Von Martin Henkel, Ullrich Kroemer 19.04.2020, 11:36
Über das Für und Wider eines Neustarts der Bundesliga sprach RBlive mit Experten.
Über das Für und Wider eines Neustarts der Bundesliga sprach RBlive mit Experten. imago/Rene Traut

Wie weiter mit der Bundesliga? Diese Frage beherrscht den deutschen Fußball seit der erzwungenen Meisterschaftsunterbrechung wegen der Corona-Pandemie vor gut einem Monat. Donnerstag kommende Woche wollen die DFL und die 36 Klubs der 1. und 2. Liga über das weitere Vorgehen beraten. Im Mittelpunkt der Überlegungen steht die Aufnahme von Geisterspielen. Mitteldeutsche Zeitung/RBlive.de beleuchten in einer Mini-Serie, unter welchen Umständen der Restart möglich ist und wägen Für und Wider der Wiederaufnahme des Spielbetriebs ab.

Lieber noch ein bisschen warten?

Im Mittelpunkt stehen dabei Tests, mit denen sichergestellt werden kann, dass kein infizierter Spieler, Trainer oder Betreuer an einer Partie teilnimmt. Grundsätzlich seien das machbar, urteilen Fachleute. Laborkapazitäten gebe es genug. Aber ist es auch vertretbar gegenüber der Bevölkerung? Im zweiten Teil beschäftigen wir uns mit den Bedenken, die Experten aus der Labordiagnostik und der Virologie äußern.

Ist der Zeitpunkt für einen Re-Start schon gegeben? Ab Montag greifen in Bundesländern wie Sachsen oder Sachsen-Anhalt erste Lockerungen der Kontaktsperren, mit denen in den vergangenen Wochen die Geschwindigkeit der Corona-Pandemie gestoppt werden sollte. Kann diese auch der Fußball für sich beanspruchen? Fakt ist: Trainert werden darf seit zwei Wochen schon wieder, aber eine Spielgenehmigung vor leeren Rängen steht noch aus. Erwartet wird eine Entscheidung seitens der Politik bis zum 30. April, wie etwa RB Leipzigs Geschäftsführer Oliver Mintzlaff hofft. Professor Uwe G. Liebert, Leiter des Instituts für Virologie der Universität Leipzig, wünscht dem Fußball Geduld. RBlive sagte er: "Im Moment würde ich, wenn ein Bundesligist meinen Rat haben wollte, sagen: Überlegt euch das gut. Könnt ihr nicht noch ein paar Wochen warten? In ein paar Wochen hätten wir hoffentlich den Gipfel der Infektion überstanden. Es deutet sich ein bisschen an, dass die Kurve abflacht. Ob es Anfang Mai ratsam ist? Könnte sein. Eine gute Bewertung der Gesamtsituation bekommt man nicht in den nächsten 14 Tagen hin."
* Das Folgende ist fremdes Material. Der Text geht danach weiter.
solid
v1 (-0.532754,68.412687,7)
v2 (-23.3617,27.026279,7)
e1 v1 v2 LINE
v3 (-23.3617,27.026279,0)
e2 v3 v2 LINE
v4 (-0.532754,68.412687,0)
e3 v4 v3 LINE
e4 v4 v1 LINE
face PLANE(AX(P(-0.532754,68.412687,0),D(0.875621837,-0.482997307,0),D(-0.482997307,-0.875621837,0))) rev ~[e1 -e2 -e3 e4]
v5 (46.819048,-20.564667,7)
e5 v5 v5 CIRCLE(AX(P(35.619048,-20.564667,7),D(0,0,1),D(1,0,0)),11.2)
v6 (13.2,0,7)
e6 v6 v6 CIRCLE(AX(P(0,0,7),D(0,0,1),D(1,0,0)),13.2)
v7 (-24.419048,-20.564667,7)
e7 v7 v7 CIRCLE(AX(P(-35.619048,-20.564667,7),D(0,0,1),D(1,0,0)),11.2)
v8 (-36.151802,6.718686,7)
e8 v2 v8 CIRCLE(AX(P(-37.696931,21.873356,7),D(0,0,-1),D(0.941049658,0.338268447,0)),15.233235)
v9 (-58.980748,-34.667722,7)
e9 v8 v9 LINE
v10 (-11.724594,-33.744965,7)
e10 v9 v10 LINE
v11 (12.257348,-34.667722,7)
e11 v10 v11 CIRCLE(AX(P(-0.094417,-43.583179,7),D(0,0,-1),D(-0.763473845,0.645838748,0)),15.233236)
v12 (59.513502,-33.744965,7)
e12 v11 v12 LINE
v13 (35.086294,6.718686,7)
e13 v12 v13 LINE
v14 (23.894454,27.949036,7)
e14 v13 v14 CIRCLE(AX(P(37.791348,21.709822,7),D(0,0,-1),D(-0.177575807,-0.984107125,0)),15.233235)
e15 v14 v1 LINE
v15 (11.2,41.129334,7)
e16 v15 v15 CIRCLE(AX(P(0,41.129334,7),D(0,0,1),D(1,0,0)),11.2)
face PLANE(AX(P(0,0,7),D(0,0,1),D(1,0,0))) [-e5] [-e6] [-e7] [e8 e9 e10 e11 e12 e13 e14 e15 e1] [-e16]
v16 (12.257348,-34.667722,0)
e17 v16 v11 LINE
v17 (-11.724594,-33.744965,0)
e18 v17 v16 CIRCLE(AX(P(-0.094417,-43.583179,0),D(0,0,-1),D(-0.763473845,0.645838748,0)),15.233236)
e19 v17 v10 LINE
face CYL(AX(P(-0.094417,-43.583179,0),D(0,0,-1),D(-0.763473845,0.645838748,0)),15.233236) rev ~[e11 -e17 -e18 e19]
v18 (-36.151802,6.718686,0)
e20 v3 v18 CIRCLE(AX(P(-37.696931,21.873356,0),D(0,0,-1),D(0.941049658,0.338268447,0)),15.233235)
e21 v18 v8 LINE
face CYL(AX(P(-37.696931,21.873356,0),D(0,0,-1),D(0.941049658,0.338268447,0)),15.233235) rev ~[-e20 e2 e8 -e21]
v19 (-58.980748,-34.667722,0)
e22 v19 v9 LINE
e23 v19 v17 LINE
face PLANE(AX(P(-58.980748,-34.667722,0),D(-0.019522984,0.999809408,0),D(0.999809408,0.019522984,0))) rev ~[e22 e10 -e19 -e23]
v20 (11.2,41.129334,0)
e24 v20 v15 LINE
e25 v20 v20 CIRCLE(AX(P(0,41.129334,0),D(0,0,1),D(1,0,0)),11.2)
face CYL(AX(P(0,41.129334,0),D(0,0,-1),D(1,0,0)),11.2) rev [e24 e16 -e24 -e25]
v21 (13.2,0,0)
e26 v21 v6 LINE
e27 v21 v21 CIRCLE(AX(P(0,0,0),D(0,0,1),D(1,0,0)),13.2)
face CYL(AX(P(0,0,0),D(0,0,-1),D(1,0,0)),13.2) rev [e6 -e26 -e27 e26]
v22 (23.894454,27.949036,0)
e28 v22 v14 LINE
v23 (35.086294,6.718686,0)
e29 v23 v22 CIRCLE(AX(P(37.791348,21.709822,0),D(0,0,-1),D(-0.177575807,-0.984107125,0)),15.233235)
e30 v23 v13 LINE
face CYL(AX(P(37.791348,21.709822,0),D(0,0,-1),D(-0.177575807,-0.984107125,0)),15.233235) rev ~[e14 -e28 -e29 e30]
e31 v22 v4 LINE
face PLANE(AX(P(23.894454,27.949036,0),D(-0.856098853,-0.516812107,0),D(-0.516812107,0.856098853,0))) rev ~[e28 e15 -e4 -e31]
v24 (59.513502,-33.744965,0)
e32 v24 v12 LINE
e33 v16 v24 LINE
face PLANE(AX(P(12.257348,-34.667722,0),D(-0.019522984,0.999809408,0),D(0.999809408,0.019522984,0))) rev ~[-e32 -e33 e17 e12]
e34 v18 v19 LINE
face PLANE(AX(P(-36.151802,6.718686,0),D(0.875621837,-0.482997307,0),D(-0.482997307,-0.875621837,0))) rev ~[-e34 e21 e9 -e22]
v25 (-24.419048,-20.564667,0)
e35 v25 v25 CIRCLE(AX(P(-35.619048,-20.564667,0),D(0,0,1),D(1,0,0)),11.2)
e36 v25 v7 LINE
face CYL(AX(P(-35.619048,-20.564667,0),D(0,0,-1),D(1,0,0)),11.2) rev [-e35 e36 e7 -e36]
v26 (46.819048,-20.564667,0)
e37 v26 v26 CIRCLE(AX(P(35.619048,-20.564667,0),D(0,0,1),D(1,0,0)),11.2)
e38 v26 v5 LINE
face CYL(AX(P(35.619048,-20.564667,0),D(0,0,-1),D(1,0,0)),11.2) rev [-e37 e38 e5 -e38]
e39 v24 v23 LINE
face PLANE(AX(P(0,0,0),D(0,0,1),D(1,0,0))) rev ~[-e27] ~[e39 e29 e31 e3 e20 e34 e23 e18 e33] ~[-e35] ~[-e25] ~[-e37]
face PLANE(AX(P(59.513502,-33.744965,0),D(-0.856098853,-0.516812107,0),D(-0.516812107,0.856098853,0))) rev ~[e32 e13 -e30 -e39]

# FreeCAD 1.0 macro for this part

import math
import FreeCAD as App
import Part
import Sketcher

doc = App.newDocument("Part")
body = doc.addObject("PartDesign::Body", "Body")

# Sketch on XY plane
sketch1 = doc.addObject("Sketcher::SketchObject", "Sketch")
body.addObject(sketch1)
sketch1.AttachmentSupport = (doc.XY_Plane, [""])
sketch1.MapMode = "FlatFace"
sketch1.addGeometry([
    Part.LineSegment(App.Vector(24, 28, 0), App.Vector(-1, 68, 0)),  # 0
    Part.LineSegment(App.Vector(-1, 68, 0), App.Vector(-23, 27, 0)),  # 1
    Part.ArcOfCircle(Part.Circle(App.Vector(-38, 22, 0), App.Vector(0, 0, 1), 15), math.radians(-84), math.radians(20)),  # 2
    Part.LineSegment(App.Vector(-36, 7, 0), App.Vector(-59, -35, 0)),  # 3
    Part.LineSegment(App.Vector(-59, -35, 0), App.Vector(-12, -34, 0)),  # 4
    Part.ArcOfCircle(Part.Circle(App.Vector(0, -44, 0), App.Vector(0, 0, 1), 15), math.radians(36), math.radians(140)),  # 5
    Part.LineSegment(App.Vector(12, -35, 0), App.Vector(60, -34, 0)),  # 6
    Part.LineSegment(App.Vector(60, -34, 0), App.Vector(35, 7, 0)),  # 7
    Part.ArcOfCircle(Part.Circle(App.Vector(38, 22, 0), App.Vector(0, 0, 1), 15), math.radians(156), math.radians(260)),  # 8
    Part.Circle(App.Vector(-36, -21, 0), App.Vector(0, 0, 1), 11),  # 9
    Part.Circle(App.Vector(36, -21, 0), App.Vector(0, 0, 1), 11),  # 10
    Part.Circle(App.Vector(0, 0, 0), App.Vector(0, 0, 1), 13),  # 11
    Part.Circle(App.Vector(0, 41, 0), App.Vector(0, 0, 1), 11),  # 12
], False)
sketch1.addConstraint([
    Sketcher.Constraint("Coincident", 0, 2, 1, 1),
    Sketcher.Constraint("Coincident", 1, 2, 2, 2),
    Sketcher.Constraint("Coincident", 2, 1, 3, 1),
    Sketcher.Constraint("Coincident", 3, 2, 4, 1),
    Sketcher.Constraint("Coincident", 4, 2, 5, 2),
    Sketcher.Constraint("Coincident", 5, 1, 6, 1),
    Sketcher.Constraint("Coincident", 6, 2, 7, 1),
    Sketcher.Constraint("Coincident", 7, 2, 8, 2),
    Sketcher.Constraint("Coincident", 8, 1, 0, 1),
    Sketcher.Constraint("Coincident", 11, 3, -1, 1),
    Sketcher.Constraint("Equal", 2, 5),
    Sketcher.Constraint("Equal", 5, 8),
    Sketcher.Constraint("Equal", 9, 10),
    Sketcher.Constraint("Equal", 10, 12),
    Sketcher.Constraint("Symmetric", 9, 3, 10, 3, -2),
    Sketcher.Constraint("PointOnObject", 12, 3, -2),
    Sketcher.Constraint("Parallel", 1, 3),
    Sketcher.Constraint("Parallel", 4, 6),
    Sketcher.Constraint("Parallel", 0, 7),
    Sketcher.Constraint("Horizontal", 3, 2, 5, 1),
    Sketcher.Constraint("Horizontal", 4, 2, 6, 2),
    Sketcher.Constraint("Horizontal", 2, 1, 7, 2),
    Sketcher.Constraint("Equal", 0, 1),
    Sketcher.Constraint("Equal", 1, 3),
    Sketcher.Constraint("Equal", 3, 4),
    Sketcher.Constraint("Equal", 6, 7),
    Sketcher.Constraint("Diameter", 9, 22.4),
    Sketcher.Constraint("Diameter", 11, 26.4),
    Sketcher.Constraint("Radius", 2, 15.233235),
    Sketcher.Constraint("DistanceY", 5, 3, 8, 3, 65.293),
    Sketcher.Constraint("DistanceY", 9, 3, 12, 3, 61.694001),
    Sketcher.Constraint("DistanceX", 1, 2, -1, 1, 23.3617),
    Sketcher.Constraint("DistanceX", 10, 3, 8, 3, 2.1723),
    Sketcher.Constraint("DistanceX", 3, 2, 9, 3, 23.3617),
    Sketcher.Constraint("DistanceX", 5, 1, 10, 3, 23.3617),
    Sketcher.Constraint("DistanceY", 8, 1, 12, 3, 13.180298),
    Sketcher.Constraint("DistanceX", 2, 3, -1, 1, 37.696931),
    Sketcher.Constraint("DistanceY", 5, 3, -1, 1, 43.583179),
    Sketcher.Constraint("DistanceX", -1, 1, 8, 3, 37.791348),
    Sketcher.Constraint("DistanceY", -1, 1, 1, 2, 27.026279),
])
pad1 = doc.addObject("PartDesign::Pad", "Pad")
body.addObject(pad1)
pad1.Profile = sketch1
pad1.Length = 7

doc.recompute()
Welche Rolle spielt der R-Faktor? Er ist aktuell der magische Buchstabe schlechthin: das R. In der Epidemiologie bezeichnet er vereinfacht gesagt den Wert, mit dem sich ein Virus reproduziert, sprich von einem Menschen auf den anderen übergeht. Alles unter 1 verlangsamt eine Epidemie wie die aktuelle des Corona-Virus, dann steckt ein Mensch durchschnittlich "nur" einen weiteren an. Alles darüber beschleunigt die Ausbreitung, alles darunter bremst sie. Laut Robert-Koch-Institut liegt der Wert gerade bei 0,7. "Wenn man das erreicht, kann man über vieles nachdenken", sagt Liebert, der allerdings gern die Restriktion bis 0,5 aufrechterhalten hätte. "Die Gefahr ist da, dass die Infektionszahlen nach der Lockerung wieder ansteigen. Wir schauen derzeit alle nach China und Wuhan, wo die massiven Kontaktsperren gelockert wurden, wohlwissend, dass nicht alle Zahlen freigegeben werden oder Propaganda dahintersteckt. Auch Italien und Österreich wollen ihre Restriktionen lockern, das ist interessant für uns, denn beide Länder sind uns in der Entwicklung der Virus-Epidemie ca. zwei bis drei Wochen voraus."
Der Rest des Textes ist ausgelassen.